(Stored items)
--- START ---
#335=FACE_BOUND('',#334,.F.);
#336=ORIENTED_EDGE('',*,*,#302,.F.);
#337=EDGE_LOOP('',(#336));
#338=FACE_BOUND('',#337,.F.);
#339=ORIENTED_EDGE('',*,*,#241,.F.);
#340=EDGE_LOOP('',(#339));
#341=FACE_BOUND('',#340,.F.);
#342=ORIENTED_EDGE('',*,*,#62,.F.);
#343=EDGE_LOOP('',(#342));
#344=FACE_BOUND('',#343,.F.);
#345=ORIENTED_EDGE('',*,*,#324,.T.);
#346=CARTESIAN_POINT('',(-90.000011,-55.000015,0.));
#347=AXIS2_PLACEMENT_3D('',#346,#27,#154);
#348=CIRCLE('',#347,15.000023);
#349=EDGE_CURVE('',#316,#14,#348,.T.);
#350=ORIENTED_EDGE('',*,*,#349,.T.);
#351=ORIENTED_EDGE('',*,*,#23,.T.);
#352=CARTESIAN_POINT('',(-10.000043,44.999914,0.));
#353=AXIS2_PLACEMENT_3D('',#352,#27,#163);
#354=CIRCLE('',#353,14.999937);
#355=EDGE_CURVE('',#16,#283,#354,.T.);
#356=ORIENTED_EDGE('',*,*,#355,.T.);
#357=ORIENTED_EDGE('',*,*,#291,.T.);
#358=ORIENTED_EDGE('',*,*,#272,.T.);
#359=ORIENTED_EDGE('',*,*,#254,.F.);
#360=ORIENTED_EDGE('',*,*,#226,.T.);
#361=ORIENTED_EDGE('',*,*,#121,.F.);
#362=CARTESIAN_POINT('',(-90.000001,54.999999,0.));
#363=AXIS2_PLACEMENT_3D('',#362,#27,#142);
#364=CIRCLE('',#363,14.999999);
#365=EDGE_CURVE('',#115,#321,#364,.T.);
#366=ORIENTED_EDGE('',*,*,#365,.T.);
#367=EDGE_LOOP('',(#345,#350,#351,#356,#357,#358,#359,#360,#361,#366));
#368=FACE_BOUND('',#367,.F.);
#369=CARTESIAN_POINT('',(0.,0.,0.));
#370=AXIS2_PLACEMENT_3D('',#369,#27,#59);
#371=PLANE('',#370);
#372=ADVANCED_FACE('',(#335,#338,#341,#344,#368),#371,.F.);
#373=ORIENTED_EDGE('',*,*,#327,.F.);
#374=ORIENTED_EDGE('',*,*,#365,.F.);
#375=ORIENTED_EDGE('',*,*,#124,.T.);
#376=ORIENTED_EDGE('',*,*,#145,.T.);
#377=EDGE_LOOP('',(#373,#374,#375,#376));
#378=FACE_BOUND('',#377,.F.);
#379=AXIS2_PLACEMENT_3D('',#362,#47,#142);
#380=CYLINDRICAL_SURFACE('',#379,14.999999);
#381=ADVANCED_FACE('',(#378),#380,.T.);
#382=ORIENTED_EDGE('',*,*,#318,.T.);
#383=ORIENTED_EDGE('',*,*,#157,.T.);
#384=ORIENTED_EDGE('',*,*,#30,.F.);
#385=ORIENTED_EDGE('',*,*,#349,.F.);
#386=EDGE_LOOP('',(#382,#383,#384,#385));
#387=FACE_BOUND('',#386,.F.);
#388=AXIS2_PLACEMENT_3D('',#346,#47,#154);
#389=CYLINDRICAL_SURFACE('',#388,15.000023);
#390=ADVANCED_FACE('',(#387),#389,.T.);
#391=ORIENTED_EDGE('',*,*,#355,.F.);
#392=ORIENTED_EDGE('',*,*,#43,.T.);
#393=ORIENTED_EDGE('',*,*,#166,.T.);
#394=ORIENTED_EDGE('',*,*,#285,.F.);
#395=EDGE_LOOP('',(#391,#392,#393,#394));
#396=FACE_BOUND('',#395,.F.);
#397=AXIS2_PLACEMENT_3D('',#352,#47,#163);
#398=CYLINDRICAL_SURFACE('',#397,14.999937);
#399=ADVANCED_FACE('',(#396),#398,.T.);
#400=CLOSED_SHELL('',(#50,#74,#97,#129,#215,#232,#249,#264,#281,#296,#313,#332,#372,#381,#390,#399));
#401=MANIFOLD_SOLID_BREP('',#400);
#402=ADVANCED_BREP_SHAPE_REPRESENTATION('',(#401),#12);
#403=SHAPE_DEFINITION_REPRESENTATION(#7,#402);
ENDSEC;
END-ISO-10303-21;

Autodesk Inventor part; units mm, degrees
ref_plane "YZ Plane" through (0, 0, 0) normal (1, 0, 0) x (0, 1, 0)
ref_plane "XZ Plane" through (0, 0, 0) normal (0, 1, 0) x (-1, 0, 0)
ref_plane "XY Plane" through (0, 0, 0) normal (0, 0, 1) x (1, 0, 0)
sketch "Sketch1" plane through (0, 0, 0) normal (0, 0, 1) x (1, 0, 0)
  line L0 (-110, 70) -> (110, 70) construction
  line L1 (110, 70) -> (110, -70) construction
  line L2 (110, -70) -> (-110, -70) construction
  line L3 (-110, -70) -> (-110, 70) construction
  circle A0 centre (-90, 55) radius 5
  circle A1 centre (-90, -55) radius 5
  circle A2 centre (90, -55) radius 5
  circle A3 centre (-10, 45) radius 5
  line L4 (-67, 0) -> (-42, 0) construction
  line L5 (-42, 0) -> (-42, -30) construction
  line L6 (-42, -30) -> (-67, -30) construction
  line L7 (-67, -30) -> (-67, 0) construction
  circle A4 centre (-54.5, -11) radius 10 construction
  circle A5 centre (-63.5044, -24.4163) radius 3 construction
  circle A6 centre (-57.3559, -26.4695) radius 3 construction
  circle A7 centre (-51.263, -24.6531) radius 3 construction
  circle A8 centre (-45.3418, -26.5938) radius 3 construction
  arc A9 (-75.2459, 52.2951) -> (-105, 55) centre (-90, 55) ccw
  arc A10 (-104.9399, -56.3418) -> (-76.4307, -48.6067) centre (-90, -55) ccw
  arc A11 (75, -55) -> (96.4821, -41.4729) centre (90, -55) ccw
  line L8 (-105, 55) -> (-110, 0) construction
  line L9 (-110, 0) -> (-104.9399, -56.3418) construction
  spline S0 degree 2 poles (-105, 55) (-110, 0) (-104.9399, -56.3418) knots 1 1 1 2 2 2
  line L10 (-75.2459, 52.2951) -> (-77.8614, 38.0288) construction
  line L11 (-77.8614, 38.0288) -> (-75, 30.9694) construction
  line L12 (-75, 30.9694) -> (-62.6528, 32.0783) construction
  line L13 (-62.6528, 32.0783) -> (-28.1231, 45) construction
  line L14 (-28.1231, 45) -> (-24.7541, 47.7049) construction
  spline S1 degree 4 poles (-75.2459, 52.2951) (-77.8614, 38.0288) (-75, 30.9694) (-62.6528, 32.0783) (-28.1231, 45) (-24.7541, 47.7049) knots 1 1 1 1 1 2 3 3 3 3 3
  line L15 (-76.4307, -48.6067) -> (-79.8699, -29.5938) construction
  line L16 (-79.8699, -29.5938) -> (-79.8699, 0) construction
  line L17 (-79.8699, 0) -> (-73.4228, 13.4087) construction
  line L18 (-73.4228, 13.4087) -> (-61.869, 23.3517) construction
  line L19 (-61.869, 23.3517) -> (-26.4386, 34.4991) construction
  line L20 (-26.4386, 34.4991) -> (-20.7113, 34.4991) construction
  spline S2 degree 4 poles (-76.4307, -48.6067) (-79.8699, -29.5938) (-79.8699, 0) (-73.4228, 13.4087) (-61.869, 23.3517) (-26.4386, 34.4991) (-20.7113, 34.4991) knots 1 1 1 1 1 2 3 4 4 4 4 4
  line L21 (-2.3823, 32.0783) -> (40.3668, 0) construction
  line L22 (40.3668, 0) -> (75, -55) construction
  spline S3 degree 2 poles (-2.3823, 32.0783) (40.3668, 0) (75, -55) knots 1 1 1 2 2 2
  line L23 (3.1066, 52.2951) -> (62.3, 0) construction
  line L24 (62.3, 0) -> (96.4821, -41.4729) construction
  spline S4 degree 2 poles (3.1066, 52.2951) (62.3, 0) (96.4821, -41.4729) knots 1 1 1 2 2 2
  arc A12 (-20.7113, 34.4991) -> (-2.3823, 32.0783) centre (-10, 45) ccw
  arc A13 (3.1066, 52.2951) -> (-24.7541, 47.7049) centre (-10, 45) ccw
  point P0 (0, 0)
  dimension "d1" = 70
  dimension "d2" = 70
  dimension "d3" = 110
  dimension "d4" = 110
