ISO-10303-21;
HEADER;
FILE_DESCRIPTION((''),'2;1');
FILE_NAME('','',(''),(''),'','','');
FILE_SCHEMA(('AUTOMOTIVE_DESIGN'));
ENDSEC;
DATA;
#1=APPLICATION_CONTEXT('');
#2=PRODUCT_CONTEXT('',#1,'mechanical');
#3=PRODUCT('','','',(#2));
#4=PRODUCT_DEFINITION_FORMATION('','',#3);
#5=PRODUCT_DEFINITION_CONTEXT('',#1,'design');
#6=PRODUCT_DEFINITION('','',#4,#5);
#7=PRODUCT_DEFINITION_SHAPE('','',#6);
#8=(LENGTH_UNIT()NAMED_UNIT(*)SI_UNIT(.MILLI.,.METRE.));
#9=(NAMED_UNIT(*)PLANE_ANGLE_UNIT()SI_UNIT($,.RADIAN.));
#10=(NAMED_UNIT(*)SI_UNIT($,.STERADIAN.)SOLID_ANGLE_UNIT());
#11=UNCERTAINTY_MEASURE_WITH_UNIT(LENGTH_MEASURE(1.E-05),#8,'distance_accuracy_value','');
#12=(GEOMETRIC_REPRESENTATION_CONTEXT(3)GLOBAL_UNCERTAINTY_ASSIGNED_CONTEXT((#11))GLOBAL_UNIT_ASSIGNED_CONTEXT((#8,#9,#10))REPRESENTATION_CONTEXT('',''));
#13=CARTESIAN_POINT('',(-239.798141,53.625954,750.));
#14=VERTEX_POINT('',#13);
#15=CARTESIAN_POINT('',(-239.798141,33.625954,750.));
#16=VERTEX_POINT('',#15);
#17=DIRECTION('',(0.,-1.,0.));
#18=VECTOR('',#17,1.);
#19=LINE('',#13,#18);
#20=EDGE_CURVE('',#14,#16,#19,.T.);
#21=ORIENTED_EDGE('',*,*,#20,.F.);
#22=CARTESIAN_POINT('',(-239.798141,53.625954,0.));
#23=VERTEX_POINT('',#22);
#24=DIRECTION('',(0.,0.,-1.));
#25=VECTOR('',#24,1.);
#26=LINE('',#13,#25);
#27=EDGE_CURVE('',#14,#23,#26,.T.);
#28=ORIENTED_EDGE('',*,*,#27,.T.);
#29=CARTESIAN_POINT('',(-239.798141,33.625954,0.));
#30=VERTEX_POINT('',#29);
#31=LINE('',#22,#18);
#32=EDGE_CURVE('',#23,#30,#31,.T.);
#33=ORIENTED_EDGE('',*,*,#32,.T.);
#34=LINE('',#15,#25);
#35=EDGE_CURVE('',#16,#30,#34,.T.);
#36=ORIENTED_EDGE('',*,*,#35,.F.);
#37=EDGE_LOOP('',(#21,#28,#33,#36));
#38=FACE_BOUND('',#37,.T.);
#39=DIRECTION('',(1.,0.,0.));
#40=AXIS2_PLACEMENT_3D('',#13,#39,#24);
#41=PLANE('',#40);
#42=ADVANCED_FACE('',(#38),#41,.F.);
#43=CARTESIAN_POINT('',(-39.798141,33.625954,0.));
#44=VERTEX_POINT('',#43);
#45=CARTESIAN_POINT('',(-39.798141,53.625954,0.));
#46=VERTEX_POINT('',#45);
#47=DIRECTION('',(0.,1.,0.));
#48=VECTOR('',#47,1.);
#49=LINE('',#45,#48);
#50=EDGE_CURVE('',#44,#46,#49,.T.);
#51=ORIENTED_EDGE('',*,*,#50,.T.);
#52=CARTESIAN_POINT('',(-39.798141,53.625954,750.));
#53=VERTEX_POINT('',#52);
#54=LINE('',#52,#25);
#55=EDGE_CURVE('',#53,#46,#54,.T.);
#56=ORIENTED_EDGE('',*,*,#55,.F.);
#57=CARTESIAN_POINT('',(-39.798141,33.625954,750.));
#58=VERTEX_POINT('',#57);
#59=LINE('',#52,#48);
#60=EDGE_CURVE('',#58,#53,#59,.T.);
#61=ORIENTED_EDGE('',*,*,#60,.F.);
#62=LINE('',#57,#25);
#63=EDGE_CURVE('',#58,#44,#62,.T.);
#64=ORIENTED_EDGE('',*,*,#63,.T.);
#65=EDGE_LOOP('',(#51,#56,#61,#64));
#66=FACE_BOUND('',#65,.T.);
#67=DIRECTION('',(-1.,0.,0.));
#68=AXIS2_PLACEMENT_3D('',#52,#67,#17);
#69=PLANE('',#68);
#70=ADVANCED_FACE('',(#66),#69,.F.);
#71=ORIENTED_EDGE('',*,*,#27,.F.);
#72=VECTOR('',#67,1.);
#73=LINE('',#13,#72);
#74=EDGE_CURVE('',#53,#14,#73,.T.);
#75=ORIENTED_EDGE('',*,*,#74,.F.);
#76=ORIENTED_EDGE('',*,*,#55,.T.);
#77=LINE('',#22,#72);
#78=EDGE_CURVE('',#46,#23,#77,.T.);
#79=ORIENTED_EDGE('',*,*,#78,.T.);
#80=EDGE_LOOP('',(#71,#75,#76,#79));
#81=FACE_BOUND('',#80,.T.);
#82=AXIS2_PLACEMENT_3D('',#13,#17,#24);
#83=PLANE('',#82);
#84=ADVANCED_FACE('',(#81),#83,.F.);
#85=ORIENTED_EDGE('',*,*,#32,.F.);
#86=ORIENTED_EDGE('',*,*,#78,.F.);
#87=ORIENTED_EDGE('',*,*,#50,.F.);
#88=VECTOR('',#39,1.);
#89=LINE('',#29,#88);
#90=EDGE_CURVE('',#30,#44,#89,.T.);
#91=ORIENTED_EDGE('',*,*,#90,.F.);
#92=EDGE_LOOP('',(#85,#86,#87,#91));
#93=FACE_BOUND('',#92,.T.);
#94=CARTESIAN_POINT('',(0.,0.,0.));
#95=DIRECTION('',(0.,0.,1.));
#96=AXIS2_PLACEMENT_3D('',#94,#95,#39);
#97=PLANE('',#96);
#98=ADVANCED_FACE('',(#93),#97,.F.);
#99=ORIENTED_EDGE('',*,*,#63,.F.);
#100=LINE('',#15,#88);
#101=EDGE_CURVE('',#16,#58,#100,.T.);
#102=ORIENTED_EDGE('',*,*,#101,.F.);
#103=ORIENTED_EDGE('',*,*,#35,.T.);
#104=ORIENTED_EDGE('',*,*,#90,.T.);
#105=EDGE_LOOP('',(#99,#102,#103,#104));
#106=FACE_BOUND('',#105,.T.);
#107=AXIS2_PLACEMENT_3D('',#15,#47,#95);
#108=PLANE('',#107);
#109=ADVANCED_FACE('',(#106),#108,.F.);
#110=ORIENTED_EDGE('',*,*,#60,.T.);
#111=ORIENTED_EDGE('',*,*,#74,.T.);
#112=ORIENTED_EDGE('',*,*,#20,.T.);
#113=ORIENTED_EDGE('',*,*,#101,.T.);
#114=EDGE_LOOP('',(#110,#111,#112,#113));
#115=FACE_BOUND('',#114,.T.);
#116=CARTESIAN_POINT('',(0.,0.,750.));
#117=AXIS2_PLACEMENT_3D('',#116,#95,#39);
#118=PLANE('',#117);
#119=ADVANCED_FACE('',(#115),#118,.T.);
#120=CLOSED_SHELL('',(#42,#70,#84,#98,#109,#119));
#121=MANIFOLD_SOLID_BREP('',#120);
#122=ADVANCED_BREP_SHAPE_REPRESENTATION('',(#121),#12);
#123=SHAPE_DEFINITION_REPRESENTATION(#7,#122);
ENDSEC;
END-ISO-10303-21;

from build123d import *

# Parameters (mm, degrees)
ESBO_O1_W                = 200
ESBO_O1_H                = 20
RESSALTO_EXTRUS_O1_DEPTH = 750


with BuildPart() as part:
    # Esboço1 → Ressalto-extrusão1 (new body)
    with BuildSketch(Plane.XY):
        with Locations((-139.79814146, 43.625954198)):
            Rectangle(ESBO_O1_W, ESBO_O1_H)
    extrude(amount=RESSALTO_EXTRUS_O1_DEPTH)


solid = part.part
--- END ---
From the records above, retype only the lines starting at the line that contains "#109=ADVANCED_FACE('',(#106),#108,.F.);" and ending at the line that contains "#122=ADVANCED_BREP_SHAPE_REPRESENTATION('',(#121),#12);", both included.

#109=ADVANCED_FACE('',(#106),#108,.F.);
#110=ORIENTED_EDGE('',*,*,#60,.T.);
#111=ORIENTED_EDGE('',*,*,#74,.T.);
#112=ORIENTED_EDGE('',*,*,#20,.T.);
#113=ORIENTED_EDGE('',*,*,#101,.T.);
#114=EDGE_LOOP('',(#110,#111,#112,#113));
#115=FACE_BOUND('',#114,.T.);
#116=CARTESIAN_POINT('',(0.,0.,750.));
#117=AXIS2_PLACEMENT_3D('',#116,#95,#39);
#118=PLANE('',#117);
#119=ADVANCED_FACE('',(#115),#118,.T.);
#120=CLOSED_SHELL('',(#42,#70,#84,#98,#109,#119));
#121=MANIFOLD_SOLID_BREP('',#120);
#122=ADVANCED_BREP_SHAPE_REPRESENTATION('',(#121),#12);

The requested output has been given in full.